#### WHAT IS BEING ASKED
Nothing but the lines from the start of the records through the line that contains "f 508 507 332" is to be copied, and each is to be copied exactly.

[Data entries]
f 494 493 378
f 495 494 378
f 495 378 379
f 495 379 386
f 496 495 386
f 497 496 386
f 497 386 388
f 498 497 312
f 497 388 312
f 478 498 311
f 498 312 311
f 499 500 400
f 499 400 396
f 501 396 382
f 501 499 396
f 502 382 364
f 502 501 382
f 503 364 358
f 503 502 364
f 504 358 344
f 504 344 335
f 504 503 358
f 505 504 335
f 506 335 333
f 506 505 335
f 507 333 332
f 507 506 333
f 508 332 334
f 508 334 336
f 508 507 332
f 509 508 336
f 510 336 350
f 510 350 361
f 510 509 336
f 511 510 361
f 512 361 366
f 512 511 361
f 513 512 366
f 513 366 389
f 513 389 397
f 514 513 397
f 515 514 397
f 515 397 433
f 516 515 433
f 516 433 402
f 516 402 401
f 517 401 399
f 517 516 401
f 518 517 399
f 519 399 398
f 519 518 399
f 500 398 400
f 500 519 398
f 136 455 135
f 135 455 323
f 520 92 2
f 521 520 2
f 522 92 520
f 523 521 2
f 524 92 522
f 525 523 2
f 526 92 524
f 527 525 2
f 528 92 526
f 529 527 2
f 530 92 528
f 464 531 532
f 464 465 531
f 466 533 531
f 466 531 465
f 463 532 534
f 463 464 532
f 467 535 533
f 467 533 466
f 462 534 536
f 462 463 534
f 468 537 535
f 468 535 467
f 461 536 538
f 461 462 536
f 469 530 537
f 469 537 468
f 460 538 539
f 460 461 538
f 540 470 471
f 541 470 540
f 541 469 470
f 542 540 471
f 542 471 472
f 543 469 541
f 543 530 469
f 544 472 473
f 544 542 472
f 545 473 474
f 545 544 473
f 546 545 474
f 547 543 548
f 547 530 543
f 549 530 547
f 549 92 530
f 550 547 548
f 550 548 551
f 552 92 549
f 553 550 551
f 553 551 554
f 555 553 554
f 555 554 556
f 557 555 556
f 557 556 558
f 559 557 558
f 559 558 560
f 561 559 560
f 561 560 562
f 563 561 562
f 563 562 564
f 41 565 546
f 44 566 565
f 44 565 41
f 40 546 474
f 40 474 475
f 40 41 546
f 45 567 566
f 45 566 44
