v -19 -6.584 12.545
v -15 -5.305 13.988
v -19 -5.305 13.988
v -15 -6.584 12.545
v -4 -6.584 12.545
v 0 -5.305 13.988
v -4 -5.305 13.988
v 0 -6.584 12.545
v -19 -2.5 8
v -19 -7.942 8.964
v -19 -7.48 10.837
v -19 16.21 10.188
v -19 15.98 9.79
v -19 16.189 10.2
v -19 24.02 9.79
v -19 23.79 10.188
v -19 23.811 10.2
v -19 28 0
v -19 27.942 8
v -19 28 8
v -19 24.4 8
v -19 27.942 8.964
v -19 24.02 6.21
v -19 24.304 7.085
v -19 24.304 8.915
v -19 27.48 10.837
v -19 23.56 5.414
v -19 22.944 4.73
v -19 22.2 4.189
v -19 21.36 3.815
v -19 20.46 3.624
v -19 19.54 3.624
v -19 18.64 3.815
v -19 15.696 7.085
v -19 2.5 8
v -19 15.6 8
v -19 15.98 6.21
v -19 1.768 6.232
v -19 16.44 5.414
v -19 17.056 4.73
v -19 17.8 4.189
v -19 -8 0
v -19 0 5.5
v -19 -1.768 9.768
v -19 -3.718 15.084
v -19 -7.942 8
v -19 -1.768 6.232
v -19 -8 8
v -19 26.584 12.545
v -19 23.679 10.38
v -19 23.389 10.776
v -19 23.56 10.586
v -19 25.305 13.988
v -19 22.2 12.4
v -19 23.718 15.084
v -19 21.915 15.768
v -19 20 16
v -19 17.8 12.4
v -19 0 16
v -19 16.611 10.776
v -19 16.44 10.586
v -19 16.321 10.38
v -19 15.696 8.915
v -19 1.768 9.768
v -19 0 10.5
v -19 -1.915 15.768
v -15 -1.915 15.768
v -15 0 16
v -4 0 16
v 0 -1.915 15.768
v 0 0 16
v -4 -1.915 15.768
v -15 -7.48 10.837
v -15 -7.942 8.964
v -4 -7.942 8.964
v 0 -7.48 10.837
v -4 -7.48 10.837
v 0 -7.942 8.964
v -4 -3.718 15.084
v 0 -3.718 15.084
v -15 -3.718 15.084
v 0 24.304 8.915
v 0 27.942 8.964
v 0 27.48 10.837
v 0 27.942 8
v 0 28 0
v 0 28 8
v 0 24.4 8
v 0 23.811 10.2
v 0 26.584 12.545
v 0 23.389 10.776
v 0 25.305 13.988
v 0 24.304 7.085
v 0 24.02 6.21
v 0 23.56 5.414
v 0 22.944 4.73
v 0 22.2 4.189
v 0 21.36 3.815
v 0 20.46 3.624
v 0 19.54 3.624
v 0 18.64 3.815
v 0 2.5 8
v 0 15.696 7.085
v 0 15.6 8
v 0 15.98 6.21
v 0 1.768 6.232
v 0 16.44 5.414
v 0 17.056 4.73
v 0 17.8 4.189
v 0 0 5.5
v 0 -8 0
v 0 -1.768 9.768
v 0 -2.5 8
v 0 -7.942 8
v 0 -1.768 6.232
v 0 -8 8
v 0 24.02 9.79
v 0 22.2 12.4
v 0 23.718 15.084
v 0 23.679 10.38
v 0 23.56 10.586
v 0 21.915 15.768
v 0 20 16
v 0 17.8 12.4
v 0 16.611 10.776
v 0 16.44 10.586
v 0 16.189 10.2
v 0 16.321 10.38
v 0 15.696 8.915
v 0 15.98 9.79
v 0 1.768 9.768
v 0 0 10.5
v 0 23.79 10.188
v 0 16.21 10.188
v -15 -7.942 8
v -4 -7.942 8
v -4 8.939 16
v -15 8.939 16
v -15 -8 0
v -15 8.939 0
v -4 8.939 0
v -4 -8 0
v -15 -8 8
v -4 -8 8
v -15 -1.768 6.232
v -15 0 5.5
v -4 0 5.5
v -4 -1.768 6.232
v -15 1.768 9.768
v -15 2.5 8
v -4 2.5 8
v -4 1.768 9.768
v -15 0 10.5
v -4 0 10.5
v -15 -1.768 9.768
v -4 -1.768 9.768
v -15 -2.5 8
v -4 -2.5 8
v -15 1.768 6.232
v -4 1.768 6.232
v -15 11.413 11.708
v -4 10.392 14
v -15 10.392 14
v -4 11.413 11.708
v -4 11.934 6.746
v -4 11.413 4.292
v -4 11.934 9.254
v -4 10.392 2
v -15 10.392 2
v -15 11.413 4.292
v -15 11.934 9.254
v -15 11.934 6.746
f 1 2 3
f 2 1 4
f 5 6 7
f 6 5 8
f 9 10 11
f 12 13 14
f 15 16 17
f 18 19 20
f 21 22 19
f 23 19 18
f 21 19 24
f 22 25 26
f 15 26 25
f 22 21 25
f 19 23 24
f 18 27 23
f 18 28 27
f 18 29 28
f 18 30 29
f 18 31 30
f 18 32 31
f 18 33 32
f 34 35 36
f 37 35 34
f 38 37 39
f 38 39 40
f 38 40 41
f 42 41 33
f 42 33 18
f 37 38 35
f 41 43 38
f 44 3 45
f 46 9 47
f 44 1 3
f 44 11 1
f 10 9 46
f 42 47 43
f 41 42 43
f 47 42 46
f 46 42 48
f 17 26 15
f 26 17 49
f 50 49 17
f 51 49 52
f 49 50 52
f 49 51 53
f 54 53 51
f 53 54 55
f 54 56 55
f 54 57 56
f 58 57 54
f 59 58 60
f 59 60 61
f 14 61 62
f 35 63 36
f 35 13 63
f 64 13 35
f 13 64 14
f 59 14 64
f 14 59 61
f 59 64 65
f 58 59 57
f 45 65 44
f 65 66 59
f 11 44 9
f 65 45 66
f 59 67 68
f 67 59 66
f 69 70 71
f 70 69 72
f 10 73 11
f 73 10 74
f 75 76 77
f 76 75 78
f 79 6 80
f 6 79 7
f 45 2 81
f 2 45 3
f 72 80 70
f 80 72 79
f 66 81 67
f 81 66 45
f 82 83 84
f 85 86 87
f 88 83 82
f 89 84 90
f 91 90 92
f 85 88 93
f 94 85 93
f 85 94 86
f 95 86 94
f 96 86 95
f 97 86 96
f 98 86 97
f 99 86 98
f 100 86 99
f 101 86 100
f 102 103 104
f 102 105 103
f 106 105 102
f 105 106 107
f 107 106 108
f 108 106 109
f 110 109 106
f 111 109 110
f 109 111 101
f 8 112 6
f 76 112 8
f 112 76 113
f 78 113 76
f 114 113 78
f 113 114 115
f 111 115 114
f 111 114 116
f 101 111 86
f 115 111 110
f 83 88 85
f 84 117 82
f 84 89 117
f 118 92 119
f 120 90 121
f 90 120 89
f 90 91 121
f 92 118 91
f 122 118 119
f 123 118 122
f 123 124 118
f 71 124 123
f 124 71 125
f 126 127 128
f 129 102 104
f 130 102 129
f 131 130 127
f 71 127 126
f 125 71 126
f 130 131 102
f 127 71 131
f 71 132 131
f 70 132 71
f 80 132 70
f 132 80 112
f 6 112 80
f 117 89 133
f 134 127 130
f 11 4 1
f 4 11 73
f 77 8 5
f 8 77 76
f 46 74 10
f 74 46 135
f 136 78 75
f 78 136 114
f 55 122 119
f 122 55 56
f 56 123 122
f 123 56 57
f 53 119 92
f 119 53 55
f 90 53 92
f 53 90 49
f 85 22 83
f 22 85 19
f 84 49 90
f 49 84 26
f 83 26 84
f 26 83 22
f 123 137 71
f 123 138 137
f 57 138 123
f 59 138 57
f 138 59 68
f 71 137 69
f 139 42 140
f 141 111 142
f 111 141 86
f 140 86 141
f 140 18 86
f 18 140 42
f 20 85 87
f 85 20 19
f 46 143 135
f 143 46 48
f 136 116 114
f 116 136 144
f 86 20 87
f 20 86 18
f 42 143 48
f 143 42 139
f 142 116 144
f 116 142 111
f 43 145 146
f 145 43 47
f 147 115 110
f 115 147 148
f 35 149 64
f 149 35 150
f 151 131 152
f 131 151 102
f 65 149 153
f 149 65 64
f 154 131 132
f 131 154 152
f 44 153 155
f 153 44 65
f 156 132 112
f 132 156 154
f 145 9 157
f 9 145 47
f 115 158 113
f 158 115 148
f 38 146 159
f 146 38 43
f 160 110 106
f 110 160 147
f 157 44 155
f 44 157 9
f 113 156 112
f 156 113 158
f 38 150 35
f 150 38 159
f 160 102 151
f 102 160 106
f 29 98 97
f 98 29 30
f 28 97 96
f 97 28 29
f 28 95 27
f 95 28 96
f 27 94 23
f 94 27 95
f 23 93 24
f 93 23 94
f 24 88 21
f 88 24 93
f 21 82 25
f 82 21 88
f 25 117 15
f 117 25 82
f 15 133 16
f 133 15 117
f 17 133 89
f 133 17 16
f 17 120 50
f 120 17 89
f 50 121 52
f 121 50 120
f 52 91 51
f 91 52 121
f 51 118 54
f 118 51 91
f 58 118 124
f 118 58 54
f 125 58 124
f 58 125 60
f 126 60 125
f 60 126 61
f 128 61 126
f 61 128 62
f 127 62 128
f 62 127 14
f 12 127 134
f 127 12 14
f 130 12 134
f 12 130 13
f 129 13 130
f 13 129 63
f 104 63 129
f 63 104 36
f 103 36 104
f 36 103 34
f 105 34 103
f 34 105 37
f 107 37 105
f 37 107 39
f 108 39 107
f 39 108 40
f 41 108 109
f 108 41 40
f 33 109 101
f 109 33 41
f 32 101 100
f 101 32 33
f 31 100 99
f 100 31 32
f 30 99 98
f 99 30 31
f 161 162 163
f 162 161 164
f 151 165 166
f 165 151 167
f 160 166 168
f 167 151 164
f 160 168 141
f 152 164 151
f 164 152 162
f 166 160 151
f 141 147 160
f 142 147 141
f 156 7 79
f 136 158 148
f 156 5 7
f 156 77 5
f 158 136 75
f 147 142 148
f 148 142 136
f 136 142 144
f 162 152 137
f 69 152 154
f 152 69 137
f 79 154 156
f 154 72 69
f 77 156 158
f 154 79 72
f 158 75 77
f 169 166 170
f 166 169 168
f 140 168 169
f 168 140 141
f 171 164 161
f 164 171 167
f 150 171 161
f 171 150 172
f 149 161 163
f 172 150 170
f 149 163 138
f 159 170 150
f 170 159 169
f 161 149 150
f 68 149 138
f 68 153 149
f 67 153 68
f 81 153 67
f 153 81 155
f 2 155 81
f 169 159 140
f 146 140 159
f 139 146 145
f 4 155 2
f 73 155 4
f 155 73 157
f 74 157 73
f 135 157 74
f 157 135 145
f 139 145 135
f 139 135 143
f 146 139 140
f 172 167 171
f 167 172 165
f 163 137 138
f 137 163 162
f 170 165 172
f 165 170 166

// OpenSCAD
// PRUSA iteration3
// Y idler
// GNU GPL v3
// Josef Průša <iam@josefprusa.cz> and contributors
// http://www.reprap.org/wiki/Prusa_Mendel
// http://prusamendel.org


module y_idler_base(){
 translate(v = [0,0,0]) cylinder(h = 19, r=8);	
 translate(v = [0,20,0]) cylinder(h = 19, r=8);
 translate(v = [0,10,9.5]) cube(size = [16,20,19], center=true);
 translate(v = [-4,10,9.5]) cube(size = [8,16+20,19], center=true);
}

module y_idler_holes(){
 translate(v = [0,0,-1]) cylinder(h = 120, r=2.5);	
translate([0,20,20]) rotate([0,90,0]) teardrop(r=4.4,h=21,$fn=30);
 translate(v = [0,0,4]) cylinder(h = 11, r=12);
}

module teardrop (r=8,h=20)
{
rotate([-270,0,90])
linear_extrude(height=h)
{
circle(r=r);
polygon(points=[[0,0],[r*cos(30),r*sin(30)],[0.5*r,r],[-0.5*r,r],[-r*cos(30),r*sin(30)]],
paths=[[0,1,2,3,4]]);
}
}


// Final part
module y_idler(){
 translate(v = [0,0,8])rotate([0,-90,0]) difference(){
  y_idler_base();
  y_idler_holes();
 }
}

y_idler();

#### RESPONSE TO THE EXERCISE
f 494 493 378
f 495 494 378
f 495 378 379
f 495 379 386
f 496 495 386
f 497 496 386
f 497 386 388
f 498 497 312
f 497 388 312
f 478 498 311
f 498 312 311
f 499 500 400
f 499 400 396
f 501 396 382
f 501 499 396
f 502 382 364
f 502 501 382
f 503 364 358
f 503 502 364
f 504 358 344
f 504 344 335
f 504 503 358
f 505 504 335
f 506 335 333
f 506 505 335
f 507 333 332
f 507 506 333
f 508 332 334
f 508 334 336
f 508 507 332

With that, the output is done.